The disposition of fructose-derived carbon among the major metabolic pathways depends on the overall nutritional and endocrine status of the animal as well as the status of key regulatory checkpoints in intermediary metabolism. For instance, in starved animals, low levels of fructose-2,6-biphosphate inhibit PFK activity and glycolysis and activate fructose-1,6-biphosphatase and glucose production (50). Thus, in a starved animal, fructose-derived triose-phosphates are preferentially routed through the gluconeogenic path (51, 52). The fate of ingested fructose may also depend on coingested nutrients. For instance, infusing physiological concentrations of fructose to fed rats and humans increases serum glucose and lactate levels without affecting hepatic glycogen accumulation (53, 54). However, when fructose is infused with glucose, which stimulates insulin secretion, marked glycogen accumulation occurs (55). Chronic fructose consumption can affect metabolic gene expression programs that further affect fructose disposition. These mechanisms will be described in greater detail below.
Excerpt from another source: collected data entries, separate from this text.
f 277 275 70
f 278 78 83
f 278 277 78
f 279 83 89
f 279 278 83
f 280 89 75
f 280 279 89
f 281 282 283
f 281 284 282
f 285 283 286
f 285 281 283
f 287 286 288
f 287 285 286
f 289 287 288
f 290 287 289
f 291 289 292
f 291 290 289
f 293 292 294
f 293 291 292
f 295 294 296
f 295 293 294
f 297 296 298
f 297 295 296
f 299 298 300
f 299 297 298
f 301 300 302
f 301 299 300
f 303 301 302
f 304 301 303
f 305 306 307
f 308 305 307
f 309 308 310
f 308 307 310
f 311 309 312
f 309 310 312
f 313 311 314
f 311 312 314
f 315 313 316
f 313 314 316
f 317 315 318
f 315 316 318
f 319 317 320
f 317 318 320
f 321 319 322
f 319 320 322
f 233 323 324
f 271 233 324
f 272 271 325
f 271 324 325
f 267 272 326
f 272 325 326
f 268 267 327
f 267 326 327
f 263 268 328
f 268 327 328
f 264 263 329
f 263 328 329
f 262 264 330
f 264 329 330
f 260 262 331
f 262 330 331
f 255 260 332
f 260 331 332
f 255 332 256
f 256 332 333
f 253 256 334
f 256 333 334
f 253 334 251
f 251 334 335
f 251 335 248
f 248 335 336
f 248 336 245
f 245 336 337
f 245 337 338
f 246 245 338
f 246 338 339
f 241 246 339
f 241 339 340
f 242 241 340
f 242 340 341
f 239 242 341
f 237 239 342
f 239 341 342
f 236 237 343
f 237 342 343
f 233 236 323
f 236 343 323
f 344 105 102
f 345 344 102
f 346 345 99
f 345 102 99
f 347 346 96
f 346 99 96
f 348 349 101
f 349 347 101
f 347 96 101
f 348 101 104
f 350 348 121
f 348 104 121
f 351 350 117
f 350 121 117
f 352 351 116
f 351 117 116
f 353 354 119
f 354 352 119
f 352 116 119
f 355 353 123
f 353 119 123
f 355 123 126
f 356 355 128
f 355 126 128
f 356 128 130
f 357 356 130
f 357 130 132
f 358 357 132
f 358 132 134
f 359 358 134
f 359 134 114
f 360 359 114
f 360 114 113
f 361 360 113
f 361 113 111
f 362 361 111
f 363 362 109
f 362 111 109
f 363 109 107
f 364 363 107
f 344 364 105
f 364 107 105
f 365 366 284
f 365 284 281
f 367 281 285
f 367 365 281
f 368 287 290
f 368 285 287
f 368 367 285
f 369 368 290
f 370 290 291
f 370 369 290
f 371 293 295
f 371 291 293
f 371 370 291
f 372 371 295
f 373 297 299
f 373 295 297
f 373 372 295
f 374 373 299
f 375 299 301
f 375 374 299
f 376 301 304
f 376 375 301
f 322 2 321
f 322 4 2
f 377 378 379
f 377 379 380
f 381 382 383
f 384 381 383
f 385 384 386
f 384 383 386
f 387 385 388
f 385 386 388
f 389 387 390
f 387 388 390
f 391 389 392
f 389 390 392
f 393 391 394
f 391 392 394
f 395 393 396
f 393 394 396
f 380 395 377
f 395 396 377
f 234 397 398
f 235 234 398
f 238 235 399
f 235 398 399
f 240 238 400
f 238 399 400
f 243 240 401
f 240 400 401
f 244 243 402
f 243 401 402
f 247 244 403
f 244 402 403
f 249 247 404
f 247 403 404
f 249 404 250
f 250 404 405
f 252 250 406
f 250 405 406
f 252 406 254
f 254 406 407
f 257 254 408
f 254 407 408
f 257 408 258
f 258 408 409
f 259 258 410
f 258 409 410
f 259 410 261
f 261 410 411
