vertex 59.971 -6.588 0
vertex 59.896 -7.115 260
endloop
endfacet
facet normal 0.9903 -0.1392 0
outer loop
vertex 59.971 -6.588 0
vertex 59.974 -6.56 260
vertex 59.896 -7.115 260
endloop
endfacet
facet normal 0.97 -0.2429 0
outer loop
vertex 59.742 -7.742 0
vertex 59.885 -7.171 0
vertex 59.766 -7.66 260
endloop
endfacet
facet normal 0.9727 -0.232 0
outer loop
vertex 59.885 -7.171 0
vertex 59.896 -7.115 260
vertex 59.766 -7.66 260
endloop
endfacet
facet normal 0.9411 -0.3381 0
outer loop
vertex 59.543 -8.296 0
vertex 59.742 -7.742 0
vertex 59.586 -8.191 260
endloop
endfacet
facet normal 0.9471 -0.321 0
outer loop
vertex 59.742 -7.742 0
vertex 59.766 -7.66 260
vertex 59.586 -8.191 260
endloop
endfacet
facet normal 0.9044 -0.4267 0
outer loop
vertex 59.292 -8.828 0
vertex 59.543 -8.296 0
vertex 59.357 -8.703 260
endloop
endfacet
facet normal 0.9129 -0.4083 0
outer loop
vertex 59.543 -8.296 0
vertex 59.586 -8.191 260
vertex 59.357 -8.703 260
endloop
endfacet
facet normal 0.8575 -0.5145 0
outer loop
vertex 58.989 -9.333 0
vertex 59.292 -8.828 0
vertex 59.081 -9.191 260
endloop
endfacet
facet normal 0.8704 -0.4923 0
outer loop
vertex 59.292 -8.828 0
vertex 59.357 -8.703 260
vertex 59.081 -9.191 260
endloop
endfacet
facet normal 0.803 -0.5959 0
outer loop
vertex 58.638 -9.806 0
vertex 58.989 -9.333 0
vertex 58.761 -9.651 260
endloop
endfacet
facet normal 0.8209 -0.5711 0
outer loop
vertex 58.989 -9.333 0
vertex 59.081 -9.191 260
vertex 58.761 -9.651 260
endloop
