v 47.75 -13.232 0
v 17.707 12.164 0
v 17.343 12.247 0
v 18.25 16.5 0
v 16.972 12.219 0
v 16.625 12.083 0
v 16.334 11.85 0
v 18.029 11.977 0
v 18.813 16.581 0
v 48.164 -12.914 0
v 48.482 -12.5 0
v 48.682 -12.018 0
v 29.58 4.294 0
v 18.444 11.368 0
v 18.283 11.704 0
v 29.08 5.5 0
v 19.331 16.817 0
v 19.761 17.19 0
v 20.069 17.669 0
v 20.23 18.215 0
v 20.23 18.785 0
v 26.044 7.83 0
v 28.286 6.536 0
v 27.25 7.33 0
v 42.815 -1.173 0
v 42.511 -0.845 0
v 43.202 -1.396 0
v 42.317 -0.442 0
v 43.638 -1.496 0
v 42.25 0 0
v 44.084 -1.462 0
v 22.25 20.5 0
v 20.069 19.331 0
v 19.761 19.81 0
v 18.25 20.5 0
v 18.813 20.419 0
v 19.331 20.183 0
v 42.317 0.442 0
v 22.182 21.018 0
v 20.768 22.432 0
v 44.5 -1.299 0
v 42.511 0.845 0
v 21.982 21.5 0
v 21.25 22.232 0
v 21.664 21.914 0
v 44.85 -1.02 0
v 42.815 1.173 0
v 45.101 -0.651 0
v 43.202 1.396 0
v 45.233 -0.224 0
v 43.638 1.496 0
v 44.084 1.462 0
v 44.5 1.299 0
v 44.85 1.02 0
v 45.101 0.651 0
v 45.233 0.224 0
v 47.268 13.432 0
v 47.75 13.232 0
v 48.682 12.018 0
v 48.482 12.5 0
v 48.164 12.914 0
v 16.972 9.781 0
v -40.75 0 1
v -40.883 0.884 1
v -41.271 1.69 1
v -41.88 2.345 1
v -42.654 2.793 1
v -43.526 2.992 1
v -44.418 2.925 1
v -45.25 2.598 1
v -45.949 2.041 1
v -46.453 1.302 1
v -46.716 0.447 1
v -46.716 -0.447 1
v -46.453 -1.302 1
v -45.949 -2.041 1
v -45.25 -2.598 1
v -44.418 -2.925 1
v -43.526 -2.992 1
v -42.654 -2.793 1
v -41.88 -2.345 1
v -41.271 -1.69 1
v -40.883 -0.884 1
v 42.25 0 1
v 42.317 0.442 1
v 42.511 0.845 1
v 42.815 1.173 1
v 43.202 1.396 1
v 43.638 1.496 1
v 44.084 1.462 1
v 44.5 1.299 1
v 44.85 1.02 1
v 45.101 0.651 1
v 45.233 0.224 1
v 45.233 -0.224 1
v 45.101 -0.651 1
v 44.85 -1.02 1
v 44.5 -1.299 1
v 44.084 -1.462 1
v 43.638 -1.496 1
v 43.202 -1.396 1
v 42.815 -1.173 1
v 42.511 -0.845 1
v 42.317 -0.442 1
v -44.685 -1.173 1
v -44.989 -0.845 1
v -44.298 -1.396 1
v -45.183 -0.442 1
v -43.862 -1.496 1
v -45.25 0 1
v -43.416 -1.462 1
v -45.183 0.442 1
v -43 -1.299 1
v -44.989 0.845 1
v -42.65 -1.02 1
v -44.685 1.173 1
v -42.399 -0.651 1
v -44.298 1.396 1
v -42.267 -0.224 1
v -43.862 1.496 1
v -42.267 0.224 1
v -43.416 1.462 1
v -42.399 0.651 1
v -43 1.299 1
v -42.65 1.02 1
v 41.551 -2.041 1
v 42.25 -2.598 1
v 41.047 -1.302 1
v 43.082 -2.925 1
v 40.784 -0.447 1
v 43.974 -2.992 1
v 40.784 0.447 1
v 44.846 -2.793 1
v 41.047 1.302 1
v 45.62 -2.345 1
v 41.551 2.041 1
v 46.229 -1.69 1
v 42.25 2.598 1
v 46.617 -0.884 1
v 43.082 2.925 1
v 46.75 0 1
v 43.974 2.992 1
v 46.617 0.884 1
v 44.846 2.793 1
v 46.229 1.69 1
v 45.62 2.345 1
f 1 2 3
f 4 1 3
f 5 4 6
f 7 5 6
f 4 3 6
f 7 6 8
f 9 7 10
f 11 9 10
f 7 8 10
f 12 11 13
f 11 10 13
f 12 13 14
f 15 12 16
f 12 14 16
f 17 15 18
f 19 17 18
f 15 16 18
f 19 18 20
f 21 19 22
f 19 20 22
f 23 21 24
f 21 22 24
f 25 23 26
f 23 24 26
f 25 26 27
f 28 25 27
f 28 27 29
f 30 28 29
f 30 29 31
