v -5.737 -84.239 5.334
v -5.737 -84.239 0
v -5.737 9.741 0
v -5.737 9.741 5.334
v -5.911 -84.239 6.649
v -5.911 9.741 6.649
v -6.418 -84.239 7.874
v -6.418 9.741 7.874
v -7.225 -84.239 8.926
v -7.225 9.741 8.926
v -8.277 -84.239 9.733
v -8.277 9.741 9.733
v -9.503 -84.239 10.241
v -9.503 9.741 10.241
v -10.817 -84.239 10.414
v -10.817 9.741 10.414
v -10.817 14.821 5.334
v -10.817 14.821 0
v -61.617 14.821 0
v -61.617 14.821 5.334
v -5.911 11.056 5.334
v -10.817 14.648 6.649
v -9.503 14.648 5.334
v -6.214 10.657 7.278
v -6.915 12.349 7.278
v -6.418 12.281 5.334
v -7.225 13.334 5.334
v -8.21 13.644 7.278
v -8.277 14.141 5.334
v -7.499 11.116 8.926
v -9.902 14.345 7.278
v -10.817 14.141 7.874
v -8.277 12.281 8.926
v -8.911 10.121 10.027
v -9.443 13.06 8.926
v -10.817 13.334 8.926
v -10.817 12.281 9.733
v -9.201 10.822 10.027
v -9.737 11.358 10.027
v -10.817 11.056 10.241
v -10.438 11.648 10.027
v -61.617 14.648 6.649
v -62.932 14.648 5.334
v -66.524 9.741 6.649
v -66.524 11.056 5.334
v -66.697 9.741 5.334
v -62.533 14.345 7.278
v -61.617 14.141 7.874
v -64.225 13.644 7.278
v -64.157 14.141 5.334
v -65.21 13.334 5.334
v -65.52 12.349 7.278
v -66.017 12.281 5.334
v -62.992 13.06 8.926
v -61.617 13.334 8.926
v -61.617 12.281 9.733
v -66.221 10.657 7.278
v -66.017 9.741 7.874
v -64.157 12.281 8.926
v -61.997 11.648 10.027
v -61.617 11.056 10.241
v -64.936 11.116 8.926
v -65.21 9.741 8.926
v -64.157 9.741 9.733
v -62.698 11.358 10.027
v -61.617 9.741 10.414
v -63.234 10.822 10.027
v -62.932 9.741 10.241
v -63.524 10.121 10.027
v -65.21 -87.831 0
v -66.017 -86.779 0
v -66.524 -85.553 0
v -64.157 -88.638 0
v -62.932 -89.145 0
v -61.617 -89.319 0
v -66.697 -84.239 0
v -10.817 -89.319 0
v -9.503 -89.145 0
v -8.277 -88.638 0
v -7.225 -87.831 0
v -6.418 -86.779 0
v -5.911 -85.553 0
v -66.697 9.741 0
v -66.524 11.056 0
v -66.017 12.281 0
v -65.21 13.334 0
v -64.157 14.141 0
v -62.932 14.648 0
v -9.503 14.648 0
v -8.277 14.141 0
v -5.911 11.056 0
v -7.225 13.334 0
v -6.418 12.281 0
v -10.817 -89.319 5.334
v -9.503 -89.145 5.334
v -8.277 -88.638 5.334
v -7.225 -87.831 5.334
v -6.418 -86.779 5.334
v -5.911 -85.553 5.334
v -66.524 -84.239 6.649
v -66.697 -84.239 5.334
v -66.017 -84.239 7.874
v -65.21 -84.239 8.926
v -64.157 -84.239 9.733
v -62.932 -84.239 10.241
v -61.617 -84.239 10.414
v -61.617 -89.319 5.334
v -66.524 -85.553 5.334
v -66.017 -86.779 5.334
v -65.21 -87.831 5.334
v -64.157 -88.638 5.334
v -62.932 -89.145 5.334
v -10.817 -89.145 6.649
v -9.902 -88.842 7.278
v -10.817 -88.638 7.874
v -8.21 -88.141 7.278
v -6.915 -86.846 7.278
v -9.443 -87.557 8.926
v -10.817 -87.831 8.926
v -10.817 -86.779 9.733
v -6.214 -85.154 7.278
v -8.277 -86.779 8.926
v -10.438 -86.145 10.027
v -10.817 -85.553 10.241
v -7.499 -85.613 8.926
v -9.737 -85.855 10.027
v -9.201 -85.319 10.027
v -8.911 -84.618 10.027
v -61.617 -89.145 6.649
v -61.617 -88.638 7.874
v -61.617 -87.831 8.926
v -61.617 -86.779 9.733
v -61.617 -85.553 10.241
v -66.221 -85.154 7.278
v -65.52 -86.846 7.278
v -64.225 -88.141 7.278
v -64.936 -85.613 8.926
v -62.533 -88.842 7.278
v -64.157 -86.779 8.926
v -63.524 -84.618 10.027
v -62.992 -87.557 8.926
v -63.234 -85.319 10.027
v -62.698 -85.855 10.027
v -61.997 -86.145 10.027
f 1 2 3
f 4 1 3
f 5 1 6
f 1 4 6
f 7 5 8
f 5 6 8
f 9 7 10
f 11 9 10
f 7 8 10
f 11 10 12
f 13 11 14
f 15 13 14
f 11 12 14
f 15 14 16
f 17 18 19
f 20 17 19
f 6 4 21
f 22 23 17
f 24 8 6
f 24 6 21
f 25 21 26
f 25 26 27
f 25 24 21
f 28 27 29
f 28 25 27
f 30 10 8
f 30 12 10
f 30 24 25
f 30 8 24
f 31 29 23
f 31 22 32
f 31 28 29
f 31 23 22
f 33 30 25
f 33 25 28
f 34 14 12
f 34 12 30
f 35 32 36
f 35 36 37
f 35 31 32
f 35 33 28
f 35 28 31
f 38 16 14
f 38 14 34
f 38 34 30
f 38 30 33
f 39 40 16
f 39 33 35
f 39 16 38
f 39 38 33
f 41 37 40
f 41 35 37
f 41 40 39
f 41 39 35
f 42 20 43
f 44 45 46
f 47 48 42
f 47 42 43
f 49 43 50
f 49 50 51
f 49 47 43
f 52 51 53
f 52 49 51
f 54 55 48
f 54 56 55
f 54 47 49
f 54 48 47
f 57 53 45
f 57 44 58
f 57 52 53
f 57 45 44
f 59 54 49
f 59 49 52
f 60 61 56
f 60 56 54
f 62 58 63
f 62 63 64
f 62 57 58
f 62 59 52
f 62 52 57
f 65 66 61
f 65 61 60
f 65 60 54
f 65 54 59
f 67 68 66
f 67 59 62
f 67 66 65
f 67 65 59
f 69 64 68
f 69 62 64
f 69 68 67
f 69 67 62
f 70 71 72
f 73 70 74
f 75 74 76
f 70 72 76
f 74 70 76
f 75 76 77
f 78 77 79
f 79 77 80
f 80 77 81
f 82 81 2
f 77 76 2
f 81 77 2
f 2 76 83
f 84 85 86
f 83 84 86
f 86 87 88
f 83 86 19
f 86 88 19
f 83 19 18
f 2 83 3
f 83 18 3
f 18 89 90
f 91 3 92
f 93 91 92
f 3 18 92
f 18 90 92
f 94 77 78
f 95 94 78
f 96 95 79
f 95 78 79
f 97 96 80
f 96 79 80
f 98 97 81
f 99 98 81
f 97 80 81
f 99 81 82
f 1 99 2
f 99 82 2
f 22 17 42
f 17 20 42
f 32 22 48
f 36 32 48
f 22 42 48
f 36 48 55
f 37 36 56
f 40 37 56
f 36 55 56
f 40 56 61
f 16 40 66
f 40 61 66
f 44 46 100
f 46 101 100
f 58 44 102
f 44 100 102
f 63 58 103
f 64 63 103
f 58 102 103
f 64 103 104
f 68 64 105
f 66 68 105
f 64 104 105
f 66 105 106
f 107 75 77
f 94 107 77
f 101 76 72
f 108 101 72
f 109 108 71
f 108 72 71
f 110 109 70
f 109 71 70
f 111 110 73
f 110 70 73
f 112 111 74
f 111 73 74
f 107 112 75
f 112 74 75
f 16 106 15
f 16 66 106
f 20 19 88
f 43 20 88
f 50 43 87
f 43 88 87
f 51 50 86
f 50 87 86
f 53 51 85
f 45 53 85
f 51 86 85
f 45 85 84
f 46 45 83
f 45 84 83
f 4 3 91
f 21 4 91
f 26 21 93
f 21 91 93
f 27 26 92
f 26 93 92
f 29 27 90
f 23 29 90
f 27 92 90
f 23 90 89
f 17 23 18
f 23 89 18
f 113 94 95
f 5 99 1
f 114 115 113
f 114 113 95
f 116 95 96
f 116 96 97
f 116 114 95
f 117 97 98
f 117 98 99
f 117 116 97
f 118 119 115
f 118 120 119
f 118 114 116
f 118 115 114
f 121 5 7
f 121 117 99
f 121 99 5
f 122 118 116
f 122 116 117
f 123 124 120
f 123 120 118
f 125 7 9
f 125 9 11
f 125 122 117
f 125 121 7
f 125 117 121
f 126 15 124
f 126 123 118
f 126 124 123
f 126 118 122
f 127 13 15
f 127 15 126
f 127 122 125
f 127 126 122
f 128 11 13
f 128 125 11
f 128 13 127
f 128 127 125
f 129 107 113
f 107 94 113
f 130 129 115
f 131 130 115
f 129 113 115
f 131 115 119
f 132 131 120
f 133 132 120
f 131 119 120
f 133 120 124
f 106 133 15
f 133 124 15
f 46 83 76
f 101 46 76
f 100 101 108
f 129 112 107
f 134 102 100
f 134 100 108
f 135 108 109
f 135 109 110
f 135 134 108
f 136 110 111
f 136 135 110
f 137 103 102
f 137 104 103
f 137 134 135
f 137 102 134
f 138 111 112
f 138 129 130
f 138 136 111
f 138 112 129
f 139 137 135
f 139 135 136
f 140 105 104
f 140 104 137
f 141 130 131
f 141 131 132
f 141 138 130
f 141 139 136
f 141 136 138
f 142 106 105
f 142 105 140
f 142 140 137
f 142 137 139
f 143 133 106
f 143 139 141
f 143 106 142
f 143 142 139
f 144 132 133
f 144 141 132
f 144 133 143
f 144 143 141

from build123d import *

# Parameters (mm, degrees)
F0_R     = 17.78
F0_W     = 50.8
F0_H     = 38.1
F0_R_2   = 7.62
F1_DEPTH = 10.414
F2_R     = 5.08


with BuildPart() as f1:
    # F0 (on Top) → F1 (new body)
    with BuildSketch(Plane.XY):
        with BuildLine():
            Line((-10.817469722, 14.821465837), (-61.617469722, 14.821465837))
            ThreePointArc((-61.617469722, 14.821465837), (-65.2095721705, 13.3335682854), (-66.697469722, 9.741465837))
            Line((-66.697469722, 9.741465837), (-66.697469722, -84.238534163))
            ThreePointArc((-66.697469722, -84.238534163), (-65.2095721705, -87.8306366114), (-61.617469722, -89.318534163))
            Line((-61.617469722, -89.318534163), (-10.817469722, -89.318534163))
            ThreePointArc((-10.817469722, -89.318534163), (-7.2253672736, -87.8306366114), (-5.737469722, -84.238534163))
            Line((-5.737469722, -84.238534163), (-5.737469722, 9.741465837))
            ThreePointArc((-5.737469722, 9.741465837), (-7.2253672736, 13.3335682854), (-10.817469722, 14.821465837))
        make_face()
        with Locations((-36.217469722, -58.838534163)):
            Circle(F0_R, mode=Mode.SUBTRACT)
        with Locations((-36.217469722, -10.578534163)):
            Rectangle(F0_W, F0_H, mode=Mode.SUBTRACT)
        with Locations((-36.217469722, -10.578534163)):
            Rectangle(F0_W, F0_H)
        with Locations((-36.217469722, -58.838534163)):
            Circle(F0_R)
        with Locations((-36.217469722, -58.838534163)):
            Circle(F0_R_2, mode=Mode.SUBTRACT)
        with Locations((-36.217469722, -58.838534163)):
            Circle(F0_R_2)
    extrude(amount=F1_DEPTH)

    # F2
    f2_edges = [f1.edges().sort_by_distance(p)[0] for p in [
        (-36.21747, -89.318534, 10.414),
        (-36.21747, 14.821466, 10.414),
    ]]
    fillet(f2_edges, radius=F2_R)


solid = f1.part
Although the liver metabolizes the majority of ingested fructose, the intestine itself can metabolize up to 30% of an oral fructose load (56, 57). All of the fructolytic enzymes are highly expressed in the small intestine and notably in the jejunum, where the highest levels of GLUT5 are observed (58). Similarly to GLUT5, intestinal expression of fructolytic and gluconeogenic enzymes including glucose-6-phosphatase (G6PC) increases upon fructose feeding (59) and depends on GLUT5 and KHK activity (60). However, most prandial fructose is not metabolized in the intestine but rather passes via the portal vein to the liver (61, 62).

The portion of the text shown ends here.